Typically, hardware decoder is exposed via API to the application. Proprietary APIs exist but also standardised one such as Khronos® OpenMaxTM and Khronos® Vulkan® Video extension. However, those APIs only allow the instantiation of video decoder instances independently from each other up to the point where the hardware decoding platform may no longer sustain the application requests, for instance due to lack of memory.

Extensions specified in MPEG-I VDI (ISO/IEC 23090-13) allow the AR/MR application to query the capacity to simultaneously decode multiple operation points (generally specified by profile, tier and levels). This allows a better predictability of what bitstreams may be decoded by the application.

Additionally, VDI also defines bitstream manipulation functions for the video codecs HEVC, VVC and EVC that enable the merging and the splitting of bitstreams. This aspect of elementary stream manipulation is covered by the so-called input formatting function in MPEGI VDI. This way, an application may adapt the number of the decoder needed when several input bitstreams are to be decoded to the extent the merging operations has been enabled by the proper encoding constraints.

4.6.7 MPEG-I Carriage of Point Cloud Compression Data p. 50

For the encapsulation and storage of coded volumetric media, two MPEG systems standards may be considered as potential technologies: ISO/IEC 23090-10 [24] and ISO/IEC 23090-18 [25]. ISO/IEC 23090-10 and ISO/IEC 23090-18 define how to structure and carry the various components in a V3C bitstream or G-PCC bitstream, respectively, in an ISOBMFF media container to support flexible and partial access (e.g., using multiple component tracks and tile tracks) as well as adaptive streaming. Both specifications support single track encapsulation as well as multi-track encapsulation, where different components of the bitstream are carried in separate tracks in the container. In addition, these standards also define metadata tracks that may be associated with the main media tracks and carry additional timed information that signal changes in the spatial partitioning of the volumetric content and the mapping to different independently decodable tiles as well as viewport-related information.

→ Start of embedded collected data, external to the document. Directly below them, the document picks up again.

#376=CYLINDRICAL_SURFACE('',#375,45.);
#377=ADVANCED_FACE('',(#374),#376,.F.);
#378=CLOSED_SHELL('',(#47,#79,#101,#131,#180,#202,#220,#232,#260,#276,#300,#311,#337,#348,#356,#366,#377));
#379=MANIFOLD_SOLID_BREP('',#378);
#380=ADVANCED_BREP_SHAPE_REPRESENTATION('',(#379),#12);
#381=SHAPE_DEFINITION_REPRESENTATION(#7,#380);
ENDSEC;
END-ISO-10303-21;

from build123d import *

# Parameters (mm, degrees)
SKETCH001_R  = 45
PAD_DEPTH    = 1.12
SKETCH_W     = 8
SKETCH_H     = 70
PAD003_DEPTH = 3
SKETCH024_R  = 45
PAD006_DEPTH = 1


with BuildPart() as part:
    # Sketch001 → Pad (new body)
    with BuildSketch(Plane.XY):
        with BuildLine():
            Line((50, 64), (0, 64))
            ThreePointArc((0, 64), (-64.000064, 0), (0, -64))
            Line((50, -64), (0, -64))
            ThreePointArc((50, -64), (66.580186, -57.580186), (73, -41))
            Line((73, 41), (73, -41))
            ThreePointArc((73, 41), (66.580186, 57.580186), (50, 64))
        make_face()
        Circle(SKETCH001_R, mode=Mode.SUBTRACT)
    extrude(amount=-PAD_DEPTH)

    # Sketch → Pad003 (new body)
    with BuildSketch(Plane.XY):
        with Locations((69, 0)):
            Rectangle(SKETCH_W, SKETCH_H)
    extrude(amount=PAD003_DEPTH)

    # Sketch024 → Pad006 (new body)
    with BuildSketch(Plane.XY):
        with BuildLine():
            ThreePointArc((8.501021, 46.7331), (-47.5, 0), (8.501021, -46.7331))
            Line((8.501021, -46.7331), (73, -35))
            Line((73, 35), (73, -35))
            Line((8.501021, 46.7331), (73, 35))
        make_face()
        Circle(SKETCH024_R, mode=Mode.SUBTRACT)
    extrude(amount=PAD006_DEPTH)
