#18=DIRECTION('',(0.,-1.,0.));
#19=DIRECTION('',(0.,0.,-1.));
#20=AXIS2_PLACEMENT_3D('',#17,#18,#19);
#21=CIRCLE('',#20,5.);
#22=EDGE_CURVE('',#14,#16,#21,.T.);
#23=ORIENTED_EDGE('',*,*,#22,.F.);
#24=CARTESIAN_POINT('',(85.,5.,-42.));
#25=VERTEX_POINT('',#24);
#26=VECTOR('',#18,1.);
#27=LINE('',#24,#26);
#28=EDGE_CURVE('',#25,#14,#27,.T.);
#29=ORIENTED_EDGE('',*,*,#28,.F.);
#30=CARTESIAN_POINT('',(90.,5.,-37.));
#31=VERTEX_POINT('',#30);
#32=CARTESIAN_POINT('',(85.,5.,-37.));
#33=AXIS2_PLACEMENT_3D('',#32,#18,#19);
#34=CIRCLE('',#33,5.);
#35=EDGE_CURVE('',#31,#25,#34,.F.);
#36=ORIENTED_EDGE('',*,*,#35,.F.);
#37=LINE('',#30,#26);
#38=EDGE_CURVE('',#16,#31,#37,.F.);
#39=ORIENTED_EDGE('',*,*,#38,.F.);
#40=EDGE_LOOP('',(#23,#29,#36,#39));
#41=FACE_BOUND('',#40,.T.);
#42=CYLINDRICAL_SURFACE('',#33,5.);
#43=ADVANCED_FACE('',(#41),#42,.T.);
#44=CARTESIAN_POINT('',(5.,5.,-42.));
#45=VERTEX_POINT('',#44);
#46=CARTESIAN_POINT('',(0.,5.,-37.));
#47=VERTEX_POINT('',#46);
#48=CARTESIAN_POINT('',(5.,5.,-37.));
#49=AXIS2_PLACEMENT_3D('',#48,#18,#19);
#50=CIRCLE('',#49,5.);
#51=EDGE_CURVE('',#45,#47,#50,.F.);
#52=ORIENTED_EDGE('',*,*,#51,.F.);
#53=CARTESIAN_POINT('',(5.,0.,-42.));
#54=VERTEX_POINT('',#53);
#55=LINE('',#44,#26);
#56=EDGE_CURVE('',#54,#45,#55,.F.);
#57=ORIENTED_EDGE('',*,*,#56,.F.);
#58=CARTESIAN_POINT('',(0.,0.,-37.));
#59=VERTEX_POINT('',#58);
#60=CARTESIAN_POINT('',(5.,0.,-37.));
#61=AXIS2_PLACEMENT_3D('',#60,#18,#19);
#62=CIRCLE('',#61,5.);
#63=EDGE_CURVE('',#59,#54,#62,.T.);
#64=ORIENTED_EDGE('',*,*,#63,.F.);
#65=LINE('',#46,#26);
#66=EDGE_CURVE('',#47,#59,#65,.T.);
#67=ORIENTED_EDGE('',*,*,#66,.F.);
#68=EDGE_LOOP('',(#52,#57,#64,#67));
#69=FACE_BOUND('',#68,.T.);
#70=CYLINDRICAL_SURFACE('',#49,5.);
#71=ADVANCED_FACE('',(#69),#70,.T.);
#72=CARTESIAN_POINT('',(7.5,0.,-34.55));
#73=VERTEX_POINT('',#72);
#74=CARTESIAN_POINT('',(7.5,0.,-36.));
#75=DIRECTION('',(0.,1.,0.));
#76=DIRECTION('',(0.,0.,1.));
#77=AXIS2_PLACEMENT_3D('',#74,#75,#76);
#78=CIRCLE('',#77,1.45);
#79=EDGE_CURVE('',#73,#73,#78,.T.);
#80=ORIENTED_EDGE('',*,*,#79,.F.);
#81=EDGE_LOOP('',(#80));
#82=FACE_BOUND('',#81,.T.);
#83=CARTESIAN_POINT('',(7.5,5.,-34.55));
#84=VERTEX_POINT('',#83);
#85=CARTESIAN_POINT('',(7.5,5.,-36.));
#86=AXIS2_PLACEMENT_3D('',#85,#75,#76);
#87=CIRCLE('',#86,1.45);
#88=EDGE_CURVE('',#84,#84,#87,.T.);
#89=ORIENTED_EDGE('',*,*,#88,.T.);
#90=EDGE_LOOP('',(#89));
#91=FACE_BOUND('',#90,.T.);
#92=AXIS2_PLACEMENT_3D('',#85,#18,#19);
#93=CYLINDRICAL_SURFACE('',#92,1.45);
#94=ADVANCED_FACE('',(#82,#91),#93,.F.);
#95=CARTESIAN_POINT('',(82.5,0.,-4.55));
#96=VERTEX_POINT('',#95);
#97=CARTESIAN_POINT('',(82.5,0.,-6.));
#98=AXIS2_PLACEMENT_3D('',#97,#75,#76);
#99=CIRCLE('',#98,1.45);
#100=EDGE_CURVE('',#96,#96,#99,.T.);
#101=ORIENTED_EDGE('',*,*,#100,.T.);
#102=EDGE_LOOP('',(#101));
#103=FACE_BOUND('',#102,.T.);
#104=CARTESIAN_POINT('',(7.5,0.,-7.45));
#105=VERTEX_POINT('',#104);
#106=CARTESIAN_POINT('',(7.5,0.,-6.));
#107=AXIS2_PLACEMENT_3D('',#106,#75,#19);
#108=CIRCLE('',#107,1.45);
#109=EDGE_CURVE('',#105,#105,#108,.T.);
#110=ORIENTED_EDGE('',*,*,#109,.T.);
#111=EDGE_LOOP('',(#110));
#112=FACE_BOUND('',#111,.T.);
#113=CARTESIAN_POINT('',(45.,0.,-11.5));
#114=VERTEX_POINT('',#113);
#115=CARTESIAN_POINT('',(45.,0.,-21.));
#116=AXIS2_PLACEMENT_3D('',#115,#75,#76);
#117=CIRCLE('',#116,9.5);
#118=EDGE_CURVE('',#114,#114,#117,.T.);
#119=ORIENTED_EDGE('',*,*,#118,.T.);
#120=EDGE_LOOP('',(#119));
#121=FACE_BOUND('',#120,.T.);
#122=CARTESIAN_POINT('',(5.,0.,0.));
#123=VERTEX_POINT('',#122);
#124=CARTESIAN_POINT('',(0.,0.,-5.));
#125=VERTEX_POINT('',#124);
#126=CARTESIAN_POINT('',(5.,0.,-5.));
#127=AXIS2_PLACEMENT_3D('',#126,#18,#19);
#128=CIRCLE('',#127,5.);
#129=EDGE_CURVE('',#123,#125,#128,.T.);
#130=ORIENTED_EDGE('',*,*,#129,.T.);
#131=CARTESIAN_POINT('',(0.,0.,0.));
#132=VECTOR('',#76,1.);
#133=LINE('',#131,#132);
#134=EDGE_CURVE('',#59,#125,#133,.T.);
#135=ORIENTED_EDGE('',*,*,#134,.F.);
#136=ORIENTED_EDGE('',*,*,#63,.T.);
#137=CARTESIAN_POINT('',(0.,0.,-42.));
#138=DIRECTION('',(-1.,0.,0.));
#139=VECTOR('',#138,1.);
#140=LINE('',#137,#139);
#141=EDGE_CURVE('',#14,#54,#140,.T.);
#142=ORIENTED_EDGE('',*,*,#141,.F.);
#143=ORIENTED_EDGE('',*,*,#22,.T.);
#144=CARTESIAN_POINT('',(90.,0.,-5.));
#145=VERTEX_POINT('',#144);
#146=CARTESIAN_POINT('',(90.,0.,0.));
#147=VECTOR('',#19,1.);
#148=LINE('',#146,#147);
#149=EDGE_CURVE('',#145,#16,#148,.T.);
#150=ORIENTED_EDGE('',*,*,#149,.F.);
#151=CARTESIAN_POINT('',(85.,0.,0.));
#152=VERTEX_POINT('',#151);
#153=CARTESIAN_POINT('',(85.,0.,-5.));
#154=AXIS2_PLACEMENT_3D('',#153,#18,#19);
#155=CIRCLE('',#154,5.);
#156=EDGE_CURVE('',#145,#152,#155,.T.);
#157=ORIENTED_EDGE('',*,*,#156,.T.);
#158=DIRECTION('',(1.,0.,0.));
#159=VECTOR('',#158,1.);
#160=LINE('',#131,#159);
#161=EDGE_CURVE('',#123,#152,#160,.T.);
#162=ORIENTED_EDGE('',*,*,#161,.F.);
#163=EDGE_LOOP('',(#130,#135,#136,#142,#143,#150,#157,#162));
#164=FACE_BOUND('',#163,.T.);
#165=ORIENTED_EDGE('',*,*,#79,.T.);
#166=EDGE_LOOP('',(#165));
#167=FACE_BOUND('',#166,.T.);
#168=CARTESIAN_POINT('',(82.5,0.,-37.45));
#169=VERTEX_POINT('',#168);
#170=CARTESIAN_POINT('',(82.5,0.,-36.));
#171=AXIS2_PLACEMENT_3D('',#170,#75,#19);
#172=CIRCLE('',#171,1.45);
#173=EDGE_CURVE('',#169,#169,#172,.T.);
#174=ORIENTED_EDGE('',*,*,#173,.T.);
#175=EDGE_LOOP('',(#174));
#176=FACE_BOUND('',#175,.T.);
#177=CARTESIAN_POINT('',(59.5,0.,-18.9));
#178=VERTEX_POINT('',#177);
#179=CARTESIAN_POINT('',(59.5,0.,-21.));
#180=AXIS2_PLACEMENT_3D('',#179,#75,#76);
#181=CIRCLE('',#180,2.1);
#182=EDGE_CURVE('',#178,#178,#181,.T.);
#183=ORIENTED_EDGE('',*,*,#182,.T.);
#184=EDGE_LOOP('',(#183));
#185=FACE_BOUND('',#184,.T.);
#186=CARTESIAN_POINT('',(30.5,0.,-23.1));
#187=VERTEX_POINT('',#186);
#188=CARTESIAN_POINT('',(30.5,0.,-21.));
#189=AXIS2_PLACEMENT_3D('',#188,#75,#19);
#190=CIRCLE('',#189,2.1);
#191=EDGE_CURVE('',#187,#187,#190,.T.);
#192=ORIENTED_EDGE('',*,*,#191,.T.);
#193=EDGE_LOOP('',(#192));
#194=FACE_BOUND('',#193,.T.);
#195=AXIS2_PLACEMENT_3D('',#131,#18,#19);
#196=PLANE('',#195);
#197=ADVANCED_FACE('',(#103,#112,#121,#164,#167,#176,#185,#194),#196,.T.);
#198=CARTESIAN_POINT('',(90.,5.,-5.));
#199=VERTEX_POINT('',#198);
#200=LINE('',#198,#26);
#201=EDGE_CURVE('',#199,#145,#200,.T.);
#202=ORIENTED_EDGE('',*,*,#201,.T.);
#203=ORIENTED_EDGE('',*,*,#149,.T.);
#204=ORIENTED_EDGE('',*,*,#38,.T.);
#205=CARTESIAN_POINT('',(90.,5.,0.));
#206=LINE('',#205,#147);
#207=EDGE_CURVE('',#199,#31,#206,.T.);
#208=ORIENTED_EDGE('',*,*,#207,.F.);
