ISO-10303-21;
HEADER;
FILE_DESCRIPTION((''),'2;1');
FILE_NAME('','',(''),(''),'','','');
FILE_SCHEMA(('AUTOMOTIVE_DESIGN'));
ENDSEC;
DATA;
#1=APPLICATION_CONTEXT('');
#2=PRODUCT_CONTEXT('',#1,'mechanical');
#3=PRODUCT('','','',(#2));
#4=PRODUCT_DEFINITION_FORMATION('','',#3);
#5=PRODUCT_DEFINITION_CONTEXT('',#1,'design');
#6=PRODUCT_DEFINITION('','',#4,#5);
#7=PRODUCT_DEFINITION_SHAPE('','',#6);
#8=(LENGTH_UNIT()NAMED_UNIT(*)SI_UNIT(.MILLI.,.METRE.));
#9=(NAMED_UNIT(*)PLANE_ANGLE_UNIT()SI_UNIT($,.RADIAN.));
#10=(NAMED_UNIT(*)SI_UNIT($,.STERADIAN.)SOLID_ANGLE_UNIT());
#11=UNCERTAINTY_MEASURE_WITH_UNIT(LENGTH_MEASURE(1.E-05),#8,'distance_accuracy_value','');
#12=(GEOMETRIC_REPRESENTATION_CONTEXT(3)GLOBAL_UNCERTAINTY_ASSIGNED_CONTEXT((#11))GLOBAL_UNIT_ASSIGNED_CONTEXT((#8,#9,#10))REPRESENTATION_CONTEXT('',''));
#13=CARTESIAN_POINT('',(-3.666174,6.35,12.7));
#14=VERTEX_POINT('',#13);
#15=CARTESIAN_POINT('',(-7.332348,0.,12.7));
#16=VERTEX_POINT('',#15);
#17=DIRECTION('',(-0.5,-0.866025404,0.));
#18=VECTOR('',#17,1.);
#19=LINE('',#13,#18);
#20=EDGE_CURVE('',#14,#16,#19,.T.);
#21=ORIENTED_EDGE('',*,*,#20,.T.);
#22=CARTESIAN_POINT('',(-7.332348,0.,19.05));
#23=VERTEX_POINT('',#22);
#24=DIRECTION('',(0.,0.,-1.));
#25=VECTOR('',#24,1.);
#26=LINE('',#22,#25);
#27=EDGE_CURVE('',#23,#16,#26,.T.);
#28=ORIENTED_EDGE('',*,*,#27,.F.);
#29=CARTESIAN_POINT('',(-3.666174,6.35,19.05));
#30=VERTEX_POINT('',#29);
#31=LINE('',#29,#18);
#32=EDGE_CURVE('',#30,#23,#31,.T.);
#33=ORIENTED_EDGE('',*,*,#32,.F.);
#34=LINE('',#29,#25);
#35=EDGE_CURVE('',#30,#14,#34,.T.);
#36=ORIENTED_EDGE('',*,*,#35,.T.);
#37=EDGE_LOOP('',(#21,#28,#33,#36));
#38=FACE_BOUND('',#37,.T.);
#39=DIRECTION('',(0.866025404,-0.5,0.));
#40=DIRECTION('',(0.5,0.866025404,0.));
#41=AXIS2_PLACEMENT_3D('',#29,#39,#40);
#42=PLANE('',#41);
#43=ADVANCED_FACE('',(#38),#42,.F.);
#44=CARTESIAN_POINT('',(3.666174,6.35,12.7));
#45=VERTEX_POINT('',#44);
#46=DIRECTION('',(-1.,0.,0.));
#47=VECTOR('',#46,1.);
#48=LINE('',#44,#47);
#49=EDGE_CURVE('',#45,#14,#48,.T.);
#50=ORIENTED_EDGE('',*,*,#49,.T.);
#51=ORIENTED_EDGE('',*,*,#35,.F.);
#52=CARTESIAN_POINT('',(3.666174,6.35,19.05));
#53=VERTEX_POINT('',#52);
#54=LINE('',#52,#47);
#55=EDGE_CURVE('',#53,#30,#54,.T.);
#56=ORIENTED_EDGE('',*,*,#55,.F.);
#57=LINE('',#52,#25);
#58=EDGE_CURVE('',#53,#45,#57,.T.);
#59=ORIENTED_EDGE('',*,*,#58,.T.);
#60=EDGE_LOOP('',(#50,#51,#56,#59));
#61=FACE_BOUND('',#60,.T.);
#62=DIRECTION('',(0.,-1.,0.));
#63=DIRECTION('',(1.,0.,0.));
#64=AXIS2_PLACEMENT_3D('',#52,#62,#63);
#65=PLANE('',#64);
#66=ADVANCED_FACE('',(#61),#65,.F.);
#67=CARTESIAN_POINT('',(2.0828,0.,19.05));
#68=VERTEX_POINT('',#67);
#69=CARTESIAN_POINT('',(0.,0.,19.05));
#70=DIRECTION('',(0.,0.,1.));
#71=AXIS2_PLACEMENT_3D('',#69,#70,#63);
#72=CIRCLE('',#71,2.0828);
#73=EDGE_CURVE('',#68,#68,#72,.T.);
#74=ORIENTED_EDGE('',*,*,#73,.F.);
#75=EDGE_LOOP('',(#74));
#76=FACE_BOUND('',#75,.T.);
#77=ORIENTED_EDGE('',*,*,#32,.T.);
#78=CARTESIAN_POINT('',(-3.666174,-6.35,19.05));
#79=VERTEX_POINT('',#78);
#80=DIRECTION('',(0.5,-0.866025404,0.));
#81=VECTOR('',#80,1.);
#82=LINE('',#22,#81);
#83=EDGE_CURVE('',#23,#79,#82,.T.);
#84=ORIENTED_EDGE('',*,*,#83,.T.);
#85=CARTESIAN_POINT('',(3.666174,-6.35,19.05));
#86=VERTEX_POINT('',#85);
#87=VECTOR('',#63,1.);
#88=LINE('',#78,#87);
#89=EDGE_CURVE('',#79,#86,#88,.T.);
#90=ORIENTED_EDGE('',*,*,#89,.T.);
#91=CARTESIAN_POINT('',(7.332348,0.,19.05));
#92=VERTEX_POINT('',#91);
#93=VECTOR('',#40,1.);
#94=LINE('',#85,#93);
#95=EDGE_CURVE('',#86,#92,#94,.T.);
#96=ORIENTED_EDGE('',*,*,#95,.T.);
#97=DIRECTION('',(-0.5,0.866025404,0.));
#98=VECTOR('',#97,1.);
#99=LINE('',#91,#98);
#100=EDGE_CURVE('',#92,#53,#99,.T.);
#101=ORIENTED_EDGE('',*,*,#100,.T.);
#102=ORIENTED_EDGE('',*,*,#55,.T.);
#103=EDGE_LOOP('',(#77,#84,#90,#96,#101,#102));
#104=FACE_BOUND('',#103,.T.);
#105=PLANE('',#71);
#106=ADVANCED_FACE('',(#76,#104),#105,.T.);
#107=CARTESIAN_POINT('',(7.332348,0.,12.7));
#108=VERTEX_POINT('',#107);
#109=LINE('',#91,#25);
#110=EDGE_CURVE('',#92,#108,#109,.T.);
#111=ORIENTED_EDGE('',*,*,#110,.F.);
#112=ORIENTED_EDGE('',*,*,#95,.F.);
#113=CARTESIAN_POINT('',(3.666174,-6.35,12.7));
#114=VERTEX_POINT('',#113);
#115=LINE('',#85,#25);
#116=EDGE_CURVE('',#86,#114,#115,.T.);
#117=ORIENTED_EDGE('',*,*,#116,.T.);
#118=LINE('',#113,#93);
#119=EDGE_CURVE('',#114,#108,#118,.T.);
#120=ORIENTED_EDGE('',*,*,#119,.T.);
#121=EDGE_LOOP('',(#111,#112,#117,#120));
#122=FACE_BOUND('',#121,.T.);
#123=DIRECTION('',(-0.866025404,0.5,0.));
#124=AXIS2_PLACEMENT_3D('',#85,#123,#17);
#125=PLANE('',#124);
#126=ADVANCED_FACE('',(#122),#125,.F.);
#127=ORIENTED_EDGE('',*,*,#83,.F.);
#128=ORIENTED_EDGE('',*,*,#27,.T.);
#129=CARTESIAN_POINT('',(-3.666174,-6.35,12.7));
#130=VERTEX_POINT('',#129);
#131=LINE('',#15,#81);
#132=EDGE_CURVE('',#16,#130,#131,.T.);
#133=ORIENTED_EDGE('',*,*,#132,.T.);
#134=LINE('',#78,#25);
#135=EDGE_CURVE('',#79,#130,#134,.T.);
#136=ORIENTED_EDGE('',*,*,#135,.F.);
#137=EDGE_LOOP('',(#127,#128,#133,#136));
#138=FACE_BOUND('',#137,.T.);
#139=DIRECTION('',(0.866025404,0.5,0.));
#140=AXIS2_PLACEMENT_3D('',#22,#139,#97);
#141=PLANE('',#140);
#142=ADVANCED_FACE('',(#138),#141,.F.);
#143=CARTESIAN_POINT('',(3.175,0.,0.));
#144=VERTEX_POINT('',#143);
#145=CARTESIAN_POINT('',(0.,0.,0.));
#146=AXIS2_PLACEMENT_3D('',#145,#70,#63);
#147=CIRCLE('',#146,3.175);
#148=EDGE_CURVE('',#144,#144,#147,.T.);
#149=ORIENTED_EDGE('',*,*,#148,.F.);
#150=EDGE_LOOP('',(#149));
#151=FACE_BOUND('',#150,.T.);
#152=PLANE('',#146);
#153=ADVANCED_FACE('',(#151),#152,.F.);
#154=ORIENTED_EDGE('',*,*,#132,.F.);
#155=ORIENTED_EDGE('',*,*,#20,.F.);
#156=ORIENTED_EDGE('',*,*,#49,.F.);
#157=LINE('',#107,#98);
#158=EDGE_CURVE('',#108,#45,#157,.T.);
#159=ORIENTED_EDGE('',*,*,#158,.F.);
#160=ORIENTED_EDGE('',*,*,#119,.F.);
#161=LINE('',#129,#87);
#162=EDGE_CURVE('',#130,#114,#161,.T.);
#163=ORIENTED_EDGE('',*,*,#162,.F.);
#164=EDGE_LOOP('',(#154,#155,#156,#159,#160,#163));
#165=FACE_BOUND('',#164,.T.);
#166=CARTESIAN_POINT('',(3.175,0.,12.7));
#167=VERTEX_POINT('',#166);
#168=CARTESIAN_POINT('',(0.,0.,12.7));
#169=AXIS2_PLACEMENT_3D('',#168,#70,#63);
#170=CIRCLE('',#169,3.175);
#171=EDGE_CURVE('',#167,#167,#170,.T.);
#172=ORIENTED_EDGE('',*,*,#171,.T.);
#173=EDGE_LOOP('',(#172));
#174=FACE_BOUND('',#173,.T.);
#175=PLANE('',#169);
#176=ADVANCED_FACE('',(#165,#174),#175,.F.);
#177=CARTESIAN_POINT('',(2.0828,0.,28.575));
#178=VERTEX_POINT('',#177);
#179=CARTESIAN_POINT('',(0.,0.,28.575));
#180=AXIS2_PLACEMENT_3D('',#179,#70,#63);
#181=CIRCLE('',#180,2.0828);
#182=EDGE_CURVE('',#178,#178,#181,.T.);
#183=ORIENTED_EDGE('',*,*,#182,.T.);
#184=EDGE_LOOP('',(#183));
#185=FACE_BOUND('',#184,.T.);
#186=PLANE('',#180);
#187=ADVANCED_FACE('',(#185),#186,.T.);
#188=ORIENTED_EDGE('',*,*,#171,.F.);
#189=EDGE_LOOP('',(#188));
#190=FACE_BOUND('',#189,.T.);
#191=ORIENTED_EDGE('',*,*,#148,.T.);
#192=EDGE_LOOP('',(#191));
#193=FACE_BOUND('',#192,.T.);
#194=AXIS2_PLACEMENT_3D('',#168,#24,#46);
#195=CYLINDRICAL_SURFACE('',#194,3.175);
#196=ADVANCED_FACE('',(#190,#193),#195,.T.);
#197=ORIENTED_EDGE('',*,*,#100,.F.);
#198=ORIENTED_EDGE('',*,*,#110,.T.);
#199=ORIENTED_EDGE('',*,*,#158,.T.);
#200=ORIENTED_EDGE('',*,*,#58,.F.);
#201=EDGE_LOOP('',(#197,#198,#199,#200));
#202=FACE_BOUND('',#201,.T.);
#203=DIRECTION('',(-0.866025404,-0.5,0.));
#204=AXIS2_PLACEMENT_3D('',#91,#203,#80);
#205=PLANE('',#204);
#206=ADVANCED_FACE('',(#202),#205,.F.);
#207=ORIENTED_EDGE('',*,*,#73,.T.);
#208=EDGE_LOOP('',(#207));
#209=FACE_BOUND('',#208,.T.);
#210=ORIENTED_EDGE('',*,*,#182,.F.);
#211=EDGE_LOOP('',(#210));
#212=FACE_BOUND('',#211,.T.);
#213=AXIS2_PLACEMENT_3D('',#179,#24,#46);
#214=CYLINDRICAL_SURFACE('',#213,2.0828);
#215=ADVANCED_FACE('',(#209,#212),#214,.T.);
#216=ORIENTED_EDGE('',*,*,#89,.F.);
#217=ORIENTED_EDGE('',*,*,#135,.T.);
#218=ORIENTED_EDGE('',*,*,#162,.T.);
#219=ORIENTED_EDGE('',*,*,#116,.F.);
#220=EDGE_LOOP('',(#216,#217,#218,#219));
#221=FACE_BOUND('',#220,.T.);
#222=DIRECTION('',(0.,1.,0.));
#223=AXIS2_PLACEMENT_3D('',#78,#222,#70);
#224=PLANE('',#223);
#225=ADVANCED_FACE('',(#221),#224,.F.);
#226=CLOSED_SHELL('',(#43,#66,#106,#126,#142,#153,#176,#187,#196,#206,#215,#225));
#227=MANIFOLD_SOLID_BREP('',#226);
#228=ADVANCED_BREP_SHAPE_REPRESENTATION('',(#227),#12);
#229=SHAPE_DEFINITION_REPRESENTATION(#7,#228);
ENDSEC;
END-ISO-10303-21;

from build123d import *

# Parameters (mm, degrees)
SKETCH1_R           = 3.175
BOSS_EXTRUDE1_DEPTH = 12.7
BOSS_EXTRUDE2_DEPTH = 6.35
SKETCH3_R           = 2.0828
BOSS_EXTRUDE3_DEPTH = 9.525


with BuildPart() as part:
    # Sketch1 → Boss-Extrude1 (new body)
    with BuildSketch(Plane.XY):
        Circle(SKETCH1_R)
    extrude(amount=BOSS_EXTRUDE1_DEPTH)

    # Sketch2 → Boss-Extrude2 (add)
    with BuildSketch(Plane.XY.offset(12.7)):
        Polygon((3.666174209, -6.35), (7.332348419, 0), (3.666174209, 6.35), (-3.666174209, 6.35), (-7.332348419, 0), (-3.666174209, -6.35), align=None)
    extrude(amount=BOSS_EXTRUDE2_DEPTH)

    # Sketch3 → Boss-Extrude3 (add)
    with BuildSketch(Plane.XY.offset(19.05)):
        Circle(SKETCH3_R)
    extrude(amount=BOSS_EXTRUDE3_DEPTH)


solid = part.part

In addition, ISO/IEC 23090-10 and ISO/IEC 23090-18 define how to signal V3C and G-PCC content in a DASH MPD file. This includes defining new DASH descriptors that signal metadata about the type of component carried by each adaptation set and using pre-selections to group the adaptation sets of the different components associated with the volumetric media content. Other descriptors are also defined for signalling independently decoded spatial sub-divisions of the content to support partial streaming. In addition to signalling for DASH-based delivery, ISO/IEC 23090-10 and ISO/IEC 23090-18 also define descriptors for signalling volumetric media assets for delivery over MMT.